We also decided to not create processes to test the interaction between devices and "home assistant" technologies. Smart home assistant products present a whole new class of attack surface. They are also mostly devices that run on closed platforms using software controlled by their manufacturer, and not the manufacturer of the IoT products being tested. This makes it harder to fully test or understand product/assistant interaction. While there is some standardization of the communication between IoT devices and home assistants, generally testers would be unable to fully control the test environment of such devices. There is also a relative difficulty in setting up open source implementations of home assistant technology, and in knowing if those implementations are feature complete when compared to more common home assistant platforms. As the landscape of IoT and home assistants changes, it may become more possible to test the interaction between consumer devices and assistants. However, for the time being we felt that in addition to technical complexity, testing with home assistants could introduce uncertainty into the results.
Finally, we chose to focus on testing apps built for Android devices even though all three of the products we tested have both Android and iOS versions of their apps. We made this choice for a number of reasons, but at the top of the list is the size of the Android-user base. While Apple products enjoy wide popularity, far more people are using apps within the Android ecosystem. On average it is also cheaper to purchase testing equipment for Android devices, and as noted above, we endeavored to keep down costs for our testing. The other top reasons are closely related to Android's open source nature: The tool sets are all freely available, and there is a much larger community of developers and researchers working with the platform. We did not make this choice because we don't think that apps for Apple iOS aren't worth testing.

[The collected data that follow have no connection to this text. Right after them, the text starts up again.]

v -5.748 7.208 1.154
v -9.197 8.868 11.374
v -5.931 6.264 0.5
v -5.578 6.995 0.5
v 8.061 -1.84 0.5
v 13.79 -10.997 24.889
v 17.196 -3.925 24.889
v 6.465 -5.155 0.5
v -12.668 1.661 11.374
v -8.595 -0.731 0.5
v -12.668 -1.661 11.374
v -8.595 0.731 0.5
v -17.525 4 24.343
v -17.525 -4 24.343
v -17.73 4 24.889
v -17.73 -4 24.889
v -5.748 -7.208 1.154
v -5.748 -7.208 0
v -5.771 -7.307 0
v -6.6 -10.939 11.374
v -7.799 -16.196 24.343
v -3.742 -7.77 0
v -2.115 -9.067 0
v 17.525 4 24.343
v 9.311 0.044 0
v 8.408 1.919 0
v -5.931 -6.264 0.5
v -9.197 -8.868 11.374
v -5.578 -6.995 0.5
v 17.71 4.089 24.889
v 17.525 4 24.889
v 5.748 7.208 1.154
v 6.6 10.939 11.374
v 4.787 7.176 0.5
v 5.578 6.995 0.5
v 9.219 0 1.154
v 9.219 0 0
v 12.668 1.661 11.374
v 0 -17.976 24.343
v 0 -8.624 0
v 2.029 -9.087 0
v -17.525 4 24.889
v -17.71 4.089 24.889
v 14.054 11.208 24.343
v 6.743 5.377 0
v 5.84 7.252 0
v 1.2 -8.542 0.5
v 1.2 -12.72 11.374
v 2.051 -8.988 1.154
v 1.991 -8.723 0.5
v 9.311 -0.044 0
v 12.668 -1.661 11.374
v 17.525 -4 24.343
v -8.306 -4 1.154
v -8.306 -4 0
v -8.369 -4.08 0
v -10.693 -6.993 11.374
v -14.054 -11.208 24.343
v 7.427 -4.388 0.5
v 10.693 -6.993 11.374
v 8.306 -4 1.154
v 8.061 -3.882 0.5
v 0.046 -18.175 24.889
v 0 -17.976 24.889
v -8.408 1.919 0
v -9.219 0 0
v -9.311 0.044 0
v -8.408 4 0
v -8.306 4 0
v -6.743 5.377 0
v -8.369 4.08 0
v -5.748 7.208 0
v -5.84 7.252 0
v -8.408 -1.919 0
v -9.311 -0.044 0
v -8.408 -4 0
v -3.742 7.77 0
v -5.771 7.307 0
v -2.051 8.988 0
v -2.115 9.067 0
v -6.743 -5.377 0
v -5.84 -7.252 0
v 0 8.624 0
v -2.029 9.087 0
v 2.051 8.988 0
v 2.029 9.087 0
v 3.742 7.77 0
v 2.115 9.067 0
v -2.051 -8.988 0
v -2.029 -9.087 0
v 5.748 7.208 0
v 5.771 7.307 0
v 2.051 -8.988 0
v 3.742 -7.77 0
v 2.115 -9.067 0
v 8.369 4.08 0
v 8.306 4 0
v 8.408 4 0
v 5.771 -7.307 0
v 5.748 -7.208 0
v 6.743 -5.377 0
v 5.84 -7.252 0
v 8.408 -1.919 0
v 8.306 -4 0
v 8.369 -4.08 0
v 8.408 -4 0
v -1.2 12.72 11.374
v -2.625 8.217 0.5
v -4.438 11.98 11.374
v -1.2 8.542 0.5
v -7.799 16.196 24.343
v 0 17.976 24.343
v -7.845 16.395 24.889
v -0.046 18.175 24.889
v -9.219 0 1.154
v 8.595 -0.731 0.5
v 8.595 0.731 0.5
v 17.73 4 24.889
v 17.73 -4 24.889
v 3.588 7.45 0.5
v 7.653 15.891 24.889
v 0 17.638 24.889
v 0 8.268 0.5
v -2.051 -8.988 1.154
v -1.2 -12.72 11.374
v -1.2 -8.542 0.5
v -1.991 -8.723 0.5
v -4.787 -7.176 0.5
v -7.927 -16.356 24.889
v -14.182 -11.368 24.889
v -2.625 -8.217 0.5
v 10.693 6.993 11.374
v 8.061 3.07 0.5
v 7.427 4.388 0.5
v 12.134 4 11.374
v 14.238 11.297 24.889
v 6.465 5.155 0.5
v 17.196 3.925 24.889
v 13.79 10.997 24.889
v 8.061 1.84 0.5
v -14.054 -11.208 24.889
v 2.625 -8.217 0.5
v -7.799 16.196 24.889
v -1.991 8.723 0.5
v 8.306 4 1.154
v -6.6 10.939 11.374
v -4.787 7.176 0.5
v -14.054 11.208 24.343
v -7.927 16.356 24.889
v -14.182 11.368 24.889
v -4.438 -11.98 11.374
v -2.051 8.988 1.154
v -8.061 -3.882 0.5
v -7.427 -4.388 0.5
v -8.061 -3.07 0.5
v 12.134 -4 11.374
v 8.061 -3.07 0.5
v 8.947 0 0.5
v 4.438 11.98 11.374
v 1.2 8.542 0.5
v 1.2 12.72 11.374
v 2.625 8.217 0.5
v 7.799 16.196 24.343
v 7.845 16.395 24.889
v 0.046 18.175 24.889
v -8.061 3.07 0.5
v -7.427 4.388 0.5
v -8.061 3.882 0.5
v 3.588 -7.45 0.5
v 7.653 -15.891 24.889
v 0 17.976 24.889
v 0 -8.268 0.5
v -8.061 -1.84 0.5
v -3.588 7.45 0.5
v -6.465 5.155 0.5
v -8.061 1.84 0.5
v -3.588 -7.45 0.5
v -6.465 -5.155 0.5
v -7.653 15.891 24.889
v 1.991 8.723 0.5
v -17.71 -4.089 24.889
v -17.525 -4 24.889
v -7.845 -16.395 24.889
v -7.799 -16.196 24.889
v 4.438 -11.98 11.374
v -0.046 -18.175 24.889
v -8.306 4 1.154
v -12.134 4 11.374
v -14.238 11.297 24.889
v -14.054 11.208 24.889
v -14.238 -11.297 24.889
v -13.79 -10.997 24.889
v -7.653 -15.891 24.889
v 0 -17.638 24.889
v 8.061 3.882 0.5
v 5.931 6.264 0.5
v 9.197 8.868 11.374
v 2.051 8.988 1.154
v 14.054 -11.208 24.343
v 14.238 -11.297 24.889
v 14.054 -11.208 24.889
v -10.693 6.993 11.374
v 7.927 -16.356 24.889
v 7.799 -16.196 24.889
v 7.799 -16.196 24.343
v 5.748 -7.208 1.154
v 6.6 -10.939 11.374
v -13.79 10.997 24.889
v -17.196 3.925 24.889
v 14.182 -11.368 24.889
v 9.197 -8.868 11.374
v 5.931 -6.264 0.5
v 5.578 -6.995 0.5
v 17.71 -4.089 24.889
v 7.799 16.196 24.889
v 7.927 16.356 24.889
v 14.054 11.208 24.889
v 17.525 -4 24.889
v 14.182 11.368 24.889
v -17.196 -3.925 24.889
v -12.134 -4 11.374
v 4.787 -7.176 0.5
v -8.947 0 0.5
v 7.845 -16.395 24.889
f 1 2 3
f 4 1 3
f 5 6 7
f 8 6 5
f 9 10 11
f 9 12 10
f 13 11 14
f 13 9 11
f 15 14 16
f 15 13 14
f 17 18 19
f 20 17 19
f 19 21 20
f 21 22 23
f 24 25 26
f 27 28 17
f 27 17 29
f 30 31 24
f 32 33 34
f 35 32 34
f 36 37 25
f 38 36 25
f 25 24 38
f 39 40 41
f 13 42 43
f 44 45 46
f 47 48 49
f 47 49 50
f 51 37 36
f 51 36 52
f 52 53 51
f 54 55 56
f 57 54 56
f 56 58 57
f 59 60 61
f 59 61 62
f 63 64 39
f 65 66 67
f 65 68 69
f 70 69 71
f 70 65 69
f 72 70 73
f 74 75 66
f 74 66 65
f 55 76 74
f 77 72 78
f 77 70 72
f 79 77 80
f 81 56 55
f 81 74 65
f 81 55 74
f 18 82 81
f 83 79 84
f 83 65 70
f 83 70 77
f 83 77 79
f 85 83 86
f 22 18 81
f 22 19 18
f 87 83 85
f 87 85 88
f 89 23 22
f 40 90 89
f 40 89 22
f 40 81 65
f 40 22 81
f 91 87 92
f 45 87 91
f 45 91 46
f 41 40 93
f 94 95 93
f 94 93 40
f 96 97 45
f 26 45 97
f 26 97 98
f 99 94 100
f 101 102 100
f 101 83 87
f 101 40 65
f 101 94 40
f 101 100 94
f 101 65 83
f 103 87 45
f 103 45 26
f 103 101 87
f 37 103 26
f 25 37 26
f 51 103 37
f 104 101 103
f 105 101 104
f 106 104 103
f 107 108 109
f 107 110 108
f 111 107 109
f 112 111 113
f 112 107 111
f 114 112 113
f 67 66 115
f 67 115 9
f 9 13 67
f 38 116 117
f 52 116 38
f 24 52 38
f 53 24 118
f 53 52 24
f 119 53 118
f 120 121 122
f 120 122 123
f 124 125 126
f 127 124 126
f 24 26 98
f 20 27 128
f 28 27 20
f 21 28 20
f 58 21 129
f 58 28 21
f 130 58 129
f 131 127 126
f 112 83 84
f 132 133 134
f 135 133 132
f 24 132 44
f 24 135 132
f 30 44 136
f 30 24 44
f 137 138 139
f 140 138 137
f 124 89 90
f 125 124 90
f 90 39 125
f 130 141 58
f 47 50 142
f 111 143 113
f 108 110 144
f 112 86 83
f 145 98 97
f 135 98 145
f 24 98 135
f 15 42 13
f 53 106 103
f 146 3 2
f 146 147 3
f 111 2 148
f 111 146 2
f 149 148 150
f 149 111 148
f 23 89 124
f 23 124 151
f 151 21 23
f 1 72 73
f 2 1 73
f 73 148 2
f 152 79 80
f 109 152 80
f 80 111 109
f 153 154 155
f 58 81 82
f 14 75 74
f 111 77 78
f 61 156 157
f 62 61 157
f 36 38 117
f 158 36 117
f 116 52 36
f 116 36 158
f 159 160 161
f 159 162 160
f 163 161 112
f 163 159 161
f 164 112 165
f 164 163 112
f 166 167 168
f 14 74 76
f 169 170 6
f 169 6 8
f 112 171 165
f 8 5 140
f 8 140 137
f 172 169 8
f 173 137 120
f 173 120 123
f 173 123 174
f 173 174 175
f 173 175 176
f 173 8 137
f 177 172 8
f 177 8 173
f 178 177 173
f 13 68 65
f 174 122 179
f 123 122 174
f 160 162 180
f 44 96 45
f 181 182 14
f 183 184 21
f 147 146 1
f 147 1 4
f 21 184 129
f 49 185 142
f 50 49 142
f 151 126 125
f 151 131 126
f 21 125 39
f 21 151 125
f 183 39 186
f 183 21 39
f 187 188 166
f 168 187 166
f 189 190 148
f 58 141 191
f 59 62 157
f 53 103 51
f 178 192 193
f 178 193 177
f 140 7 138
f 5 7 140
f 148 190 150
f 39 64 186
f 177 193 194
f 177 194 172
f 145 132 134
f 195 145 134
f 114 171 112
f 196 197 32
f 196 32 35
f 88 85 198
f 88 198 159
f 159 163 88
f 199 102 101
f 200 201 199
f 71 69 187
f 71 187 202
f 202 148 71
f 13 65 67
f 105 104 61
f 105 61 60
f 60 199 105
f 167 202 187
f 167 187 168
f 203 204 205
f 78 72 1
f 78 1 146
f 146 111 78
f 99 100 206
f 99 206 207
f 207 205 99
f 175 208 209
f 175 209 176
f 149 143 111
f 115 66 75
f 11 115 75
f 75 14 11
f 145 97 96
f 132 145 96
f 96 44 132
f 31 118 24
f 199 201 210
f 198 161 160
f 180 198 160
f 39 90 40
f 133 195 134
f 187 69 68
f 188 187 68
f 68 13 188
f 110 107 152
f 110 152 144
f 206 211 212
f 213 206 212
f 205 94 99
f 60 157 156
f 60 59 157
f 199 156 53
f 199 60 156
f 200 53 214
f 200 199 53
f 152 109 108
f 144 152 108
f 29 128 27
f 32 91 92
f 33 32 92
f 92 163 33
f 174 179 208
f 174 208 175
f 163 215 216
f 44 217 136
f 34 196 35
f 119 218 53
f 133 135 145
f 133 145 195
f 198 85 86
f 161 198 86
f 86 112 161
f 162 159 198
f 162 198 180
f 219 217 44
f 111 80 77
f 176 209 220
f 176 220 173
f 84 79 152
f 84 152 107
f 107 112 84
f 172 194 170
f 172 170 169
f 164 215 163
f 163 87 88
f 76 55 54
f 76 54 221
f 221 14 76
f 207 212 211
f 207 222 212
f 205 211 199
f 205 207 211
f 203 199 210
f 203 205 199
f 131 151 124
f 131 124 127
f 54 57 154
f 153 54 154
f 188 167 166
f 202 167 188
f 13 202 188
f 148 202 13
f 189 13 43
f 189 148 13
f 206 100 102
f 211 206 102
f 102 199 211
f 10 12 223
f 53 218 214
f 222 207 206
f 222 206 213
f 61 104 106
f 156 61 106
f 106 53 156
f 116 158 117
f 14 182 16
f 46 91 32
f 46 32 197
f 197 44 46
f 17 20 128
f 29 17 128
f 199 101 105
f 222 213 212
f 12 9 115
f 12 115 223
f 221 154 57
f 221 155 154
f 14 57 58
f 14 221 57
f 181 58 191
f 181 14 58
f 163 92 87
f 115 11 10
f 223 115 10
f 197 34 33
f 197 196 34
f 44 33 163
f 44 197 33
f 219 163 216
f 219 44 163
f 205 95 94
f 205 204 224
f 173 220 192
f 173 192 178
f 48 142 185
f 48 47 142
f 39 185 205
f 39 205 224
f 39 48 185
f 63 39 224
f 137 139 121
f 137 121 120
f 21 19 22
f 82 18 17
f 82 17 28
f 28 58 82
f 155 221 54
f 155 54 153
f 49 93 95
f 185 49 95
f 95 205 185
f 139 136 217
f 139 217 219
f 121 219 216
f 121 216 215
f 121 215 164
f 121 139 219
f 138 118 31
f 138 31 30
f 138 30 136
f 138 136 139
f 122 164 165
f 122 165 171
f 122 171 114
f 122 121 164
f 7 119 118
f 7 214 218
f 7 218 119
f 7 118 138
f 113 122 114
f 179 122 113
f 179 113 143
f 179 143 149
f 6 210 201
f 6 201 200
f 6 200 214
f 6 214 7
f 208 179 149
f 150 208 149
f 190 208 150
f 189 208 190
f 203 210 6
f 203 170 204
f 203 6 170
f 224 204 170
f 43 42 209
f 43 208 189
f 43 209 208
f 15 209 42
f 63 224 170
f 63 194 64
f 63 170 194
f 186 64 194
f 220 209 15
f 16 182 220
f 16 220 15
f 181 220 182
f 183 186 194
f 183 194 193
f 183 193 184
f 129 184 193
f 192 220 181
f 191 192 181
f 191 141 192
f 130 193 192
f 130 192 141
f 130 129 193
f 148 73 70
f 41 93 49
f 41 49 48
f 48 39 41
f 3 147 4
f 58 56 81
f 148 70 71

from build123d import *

# Parameters (mm, degrees)
F1_DEPTH      = 4
F1_DEPTH_BACK = 4
F2_COUNT      = 14


with BuildPart() as f1:
    # F0 (on Front) → F1 (new body, two sides)
    with BuildSketch(Plane.XZ) as f1_sk:
        Polygon((0, 0.5), (0, 0), (8.40777345, 0), (17.7297703922, 24.8893443495), (17.1958512824, 24.8893443495), (8.0611231732, 0.5), align=None)
    extrude(amount=F1_DEPTH)
    extrude(f1_sk.sketch, amount=-F1_DEPTH_BACK)

    # F2: F1 ×14 about axis
    f2_axis = Axis((0, 0, 1.0500000276), (0, 0, -1))


with BuildPart() as f1_1:
    add(f1.part)
    for i in range(1, F2_COUNT):
        add(f1.part.rotate(f2_axis, i * 360 / F2_COUNT))


solid = f1_1.part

Rather, we wanted to focus deeply on the questions asked by the indicators, and we were able to build on the team's existing Android knowledge and the wide array of available documentation on Android systems.
Given all of these factors, the broad range of IoT devices and features, and an understanding that other possible testers may have time constraints, we made decisions in our approach to technical testing procedures that allowed us to prioritize achievability. Often this resulted in our describing the simplest test that would produce a clear result.